Avant, l’espace se parcourait selon les moyens de notre corps, selon la marche, les habitations se construisaient avec les pierres extraites sur place, bien évidemment, l’eau coulait des sources, les fruits se savouraient à leur saison, frugalement par force. Quand il faisait chaud on avait chaud, et froid s’il faisait froid. Existaient encore des ânes pour nous aider à transporter les blés, et des bœufs pour charroyer la chaux et la terre. Nous prenions le temps de construire des terrasses de pierre sèche afin de cultiver nos potagers et vergers si nous voulions survivre. Les villages étaient densément peuplés et chargés d’histoires et de nids d’hirondelles  accrochées aux poutres des granges. On se parlait on se connaissait, et même on se disputait ferme. Certes on souffrait.

Depuis, dans cette bousculade du monde qui roule sur les voies rapides à péages, et qui fait comme une saignée sur la terre, rasant les montagnes, enjambant les gorges profondes, nous sommes comme des atomes liquide d’un flux métallique et bruyant, anonymes et peu aimant, indifférent, étranger partout, avides de spectacles et d’exotismes, de rires sur mesure. Voyeurs étrangers méconnaissant la faune et la flore, les usages et leurs dangers, nous avons effectué une rupture catégorique avec la nature, remplacée par des relations humaines réellement superficielles ou contingentes, de commerce aimable.

Essayez donc de voir à quel point nous vivons déguisés, sous des masques. cloisonnés dans nos échanges qui n’ont plus rien de spontanés mais sont très policés.
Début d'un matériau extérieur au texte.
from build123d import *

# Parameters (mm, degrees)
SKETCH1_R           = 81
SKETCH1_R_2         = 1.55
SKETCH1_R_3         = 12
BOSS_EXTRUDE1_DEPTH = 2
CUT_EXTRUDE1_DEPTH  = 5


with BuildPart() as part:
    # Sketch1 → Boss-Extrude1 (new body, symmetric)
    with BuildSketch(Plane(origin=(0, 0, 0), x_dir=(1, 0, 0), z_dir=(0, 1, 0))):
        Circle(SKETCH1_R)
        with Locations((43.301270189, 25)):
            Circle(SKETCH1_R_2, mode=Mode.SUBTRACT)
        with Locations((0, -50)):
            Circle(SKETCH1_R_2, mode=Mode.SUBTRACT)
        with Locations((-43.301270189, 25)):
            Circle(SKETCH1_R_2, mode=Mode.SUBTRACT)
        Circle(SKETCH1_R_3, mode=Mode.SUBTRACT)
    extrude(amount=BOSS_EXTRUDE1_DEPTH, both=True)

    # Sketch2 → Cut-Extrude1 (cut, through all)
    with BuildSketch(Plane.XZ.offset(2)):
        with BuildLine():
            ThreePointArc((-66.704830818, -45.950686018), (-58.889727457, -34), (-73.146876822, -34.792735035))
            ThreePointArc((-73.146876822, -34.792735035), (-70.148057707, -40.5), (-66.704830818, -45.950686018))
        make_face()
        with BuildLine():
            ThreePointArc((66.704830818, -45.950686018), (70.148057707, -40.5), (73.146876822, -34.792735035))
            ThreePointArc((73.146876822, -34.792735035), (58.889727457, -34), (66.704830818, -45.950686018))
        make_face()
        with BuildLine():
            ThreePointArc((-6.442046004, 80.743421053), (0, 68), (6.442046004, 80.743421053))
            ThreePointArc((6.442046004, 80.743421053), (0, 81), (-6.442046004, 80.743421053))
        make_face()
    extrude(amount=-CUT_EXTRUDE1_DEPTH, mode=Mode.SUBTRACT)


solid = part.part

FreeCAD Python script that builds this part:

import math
import FreeCAD as App
import Part
import Sketcher
from FreeCAD import Vector
Q = App.Units.Quantity

doc = App.newDocument("Part")
params = doc.addObject("Spreadsheet::Sheet", "Params")
for row, (alias, value) in enumerate([
    ("sketch1_diameter", "162 mm"),
    ("sketch1_diameter2", "24 mm"),
    ("sketch1_diameter3", "3.1 mm"),
    ("pad1_length", "4 mm"),
    ("sketch2_radius", "8 mm"),
    ("sketch2_radius2", "81 mm"),
], start=1):
    params.set(f"A{row}", alias)
    params.set(f"B{row}", "=" + value)
    params.setAlias(f"B{row}", alias)

body = doc.addObject("PartDesign::Body", "Body")

# Sketch on XZ plane
sketch1 = body.newObject("Sketcher::SketchObject", "Sketch")
sketch1.AttachmentSupport = (doc.getObject("XZ_Plane"), [""])
sketch1.MapMode = "FlatFace"
sketch1.addGeometry([
    Part.Circle(Vector(0, 0, 0), Vector(0, 0, 1), 81),  # 0
    Part.Circle(Vector(0, 50, 0), Vector(0, 0, 1), 1.6),  # 1
    Part.Circle(Vector(-43.3, -25, 0), Vector(0, 0, 1), 1.6),  # 2
    Part.Circle(Vector(0, 0, 0), Vector(0, 0, 1), 12),  # 3
    Part.Circle(Vector(43.3, -25, 0), Vector(0, 0, 1), 1.6),  # 4
], False)
sketch1.addConstraint([
    Sketcher.Constraint("Coincident", 0, 3, -1, 1),
    Sketcher.Constraint("Coincident", 3, 3, -1, 1),
    Sketcher.Constraint("Equal", 1, 2),
    Sketcher.Constraint("Equal", 2, 4),
    Sketcher.Constraint("Symmetric", 2, 3, 4, 3, -2),
    Sketcher.Constraint("PointOnObject", 1, 3, -2),
    Sketcher.Constraint("Diameter", 0, Q("162 mm")),
    Sketcher.Constraint("Diameter", 3, Q("24 mm")),
    Sketcher.Constraint("Diameter", 1, Q("3.1 mm")),
    Sketcher.Constraint("DistanceY", -1, 1, 1, 3, Q("50 mm")),
    Sketcher.Constraint("DistanceY", 2, 3, -1, 1, Q("25 mm")),
    Sketcher.Constraint("DistanceX", 2, 3, -1, 1, Q("43.30127 mm")),
])
sketch1.setExpression("Constraints[6]", "Params.sketch1_diameter")
sketch1.setExpression("Constraints[7]", "Params.sketch1_diameter2")
sketch1.setExpression("Constraints[8]", "Params.sketch1_diameter3")
pad1 = body.newObject("PartDesign::Pad", "Pad")
pad1.Profile = sketch1
pad1.setExpression("Length", "Params.pad1_length")
pad1.Midplane = True

# Sketch on XZ plane
sketch2 = body.newObject("Sketcher::SketchObject", "Sketch001")
sketch2.AttachmentSupport = (doc.getObject("XZ_Plane"), [""])
sketch2.MapMode = "FlatFace"
sketch2.AttachmentOffset = App.Placement(Vector(0, 0, 2), App.Rotation())
sketch2.addGeometry([
    Part.ArcOfCircle(Part.Circle(Vector(-66, -38, 0), Vector(0, 0, 1), 8), math.radians(-96), math.radians(156)),  # 0
    Part.ArcOfCircle(Part.Circle(Vector(0, 0, 0), Vector(0, 0, 1), 81), math.radians(-154.56), math.radians(-145.44)),  # 1
    Part.ArcOfCircle(Part.Circle(Vector(0, 0, 0), Vector(0, 0, 1), 81), math.radians(-34.56), math.radians(-25.44)),  # 2
    Part.ArcOfCircle(Part.Circle(Vector(66, -38, 0), Vector(0, 0, 1), 8), math.radians(24), math.radians(276)),  # 3
    Part.ArcOfCircle(Part.Circle(Vector(0, 76, 0), Vector(0, 0, 1), 8), math.radians(144), math.radians(396)),  # 4
    Part.ArcOfCircle(Part.Circle(Vector(0, 0, 0), Vector(0, 0, 1), 81), math.radians(85.44), math.radians(94.56)),  # 5
], False)
sketch2.addConstraint([
    Sketcher.Constraint("Coincident", 0, 1, 1, 2),
    Sketcher.Constraint("Coincident", 1, 1, 0, 2),
    Sketcher.Constraint("Coincident", 2, 1, 3, 2),
    Sketcher.Constraint("Coincident", 3, 1, 2, 2),
    Sketcher.Constraint("Coincident", 4, 1, 5, 2),
    Sketcher.Constraint("Coincident", 5, 1, 4, 2),
    Sketcher.Constraint("Coincident", 1, 3, -1, 1),
    Sketcher.Constraint("Coincident", 2, 3, -1, 1),
    Sketcher.Constraint("Coincident", 5, 3, -1, 1),
    Sketcher.Constraint("Equal", 1, 2),
    Sketcher.Constraint("Equal", 0, 3),
    Sketcher.Constraint("Equal", 3, 4),
    Sketcher.Constraint("Equal", 2, 5),
    Sketcher.Constraint("Symmetric", 0, 3, 3, 3, -2),
    Sketcher.Constraint("PointOnObject", 4, 3, -2),
    Sketcher.Constraint("Radius", 0, Q("8 mm")),
    Sketcher.Constraint("Radius", 1, Q("81 mm")),
    Sketcher.Constraint("DistanceY", 0, 3, -1, 1, Q("38 mm")),
    Sketcher.Constraint("DistanceY", -1, 1, 4, 3, Q("76 mm")),
    Sketcher.Constraint("DistanceX", 0, 1, 0, 3, Q("0.8869 mm")),
])
sketch2.setExpression("Constraints[15]", "Params.sketch2_radius")
sketch2.setExpression("Constraints[16]", "Params.sketch2_radius2")
pocket1 = body.newObject("PartDesign::Pocket", "Pocket")
pocket1.Profile = sketch2
pocket1.Type = "ThroughAll"

doc.recompute()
Tout simplement nous nous mettons nus mais nus de corps, et non pas nus dans nos mots, dans notre théâtralité qui révélerait trop crûment notre fêlure et nos drames. Nos désirs et envies.

Faut avouer que le monde… Pour subsister est obligé d’être assez fermé, se protège en fait, ne peut dénuder son âme et sort ses crocs, parce qu’il y a tout un ordre qui le précède et qui le rend esclave. Alors chacun agit comme chien de garde. Plus ou moins. Ça, c’est sans gravité. Nous pouvons passer outre et vivre heureux, et joyeux, si nous sortons de nos murs complexes et de nos peurs. Si nos osons, tout en sachant où se trouvent les limites, la décence, la beauté et la bonté.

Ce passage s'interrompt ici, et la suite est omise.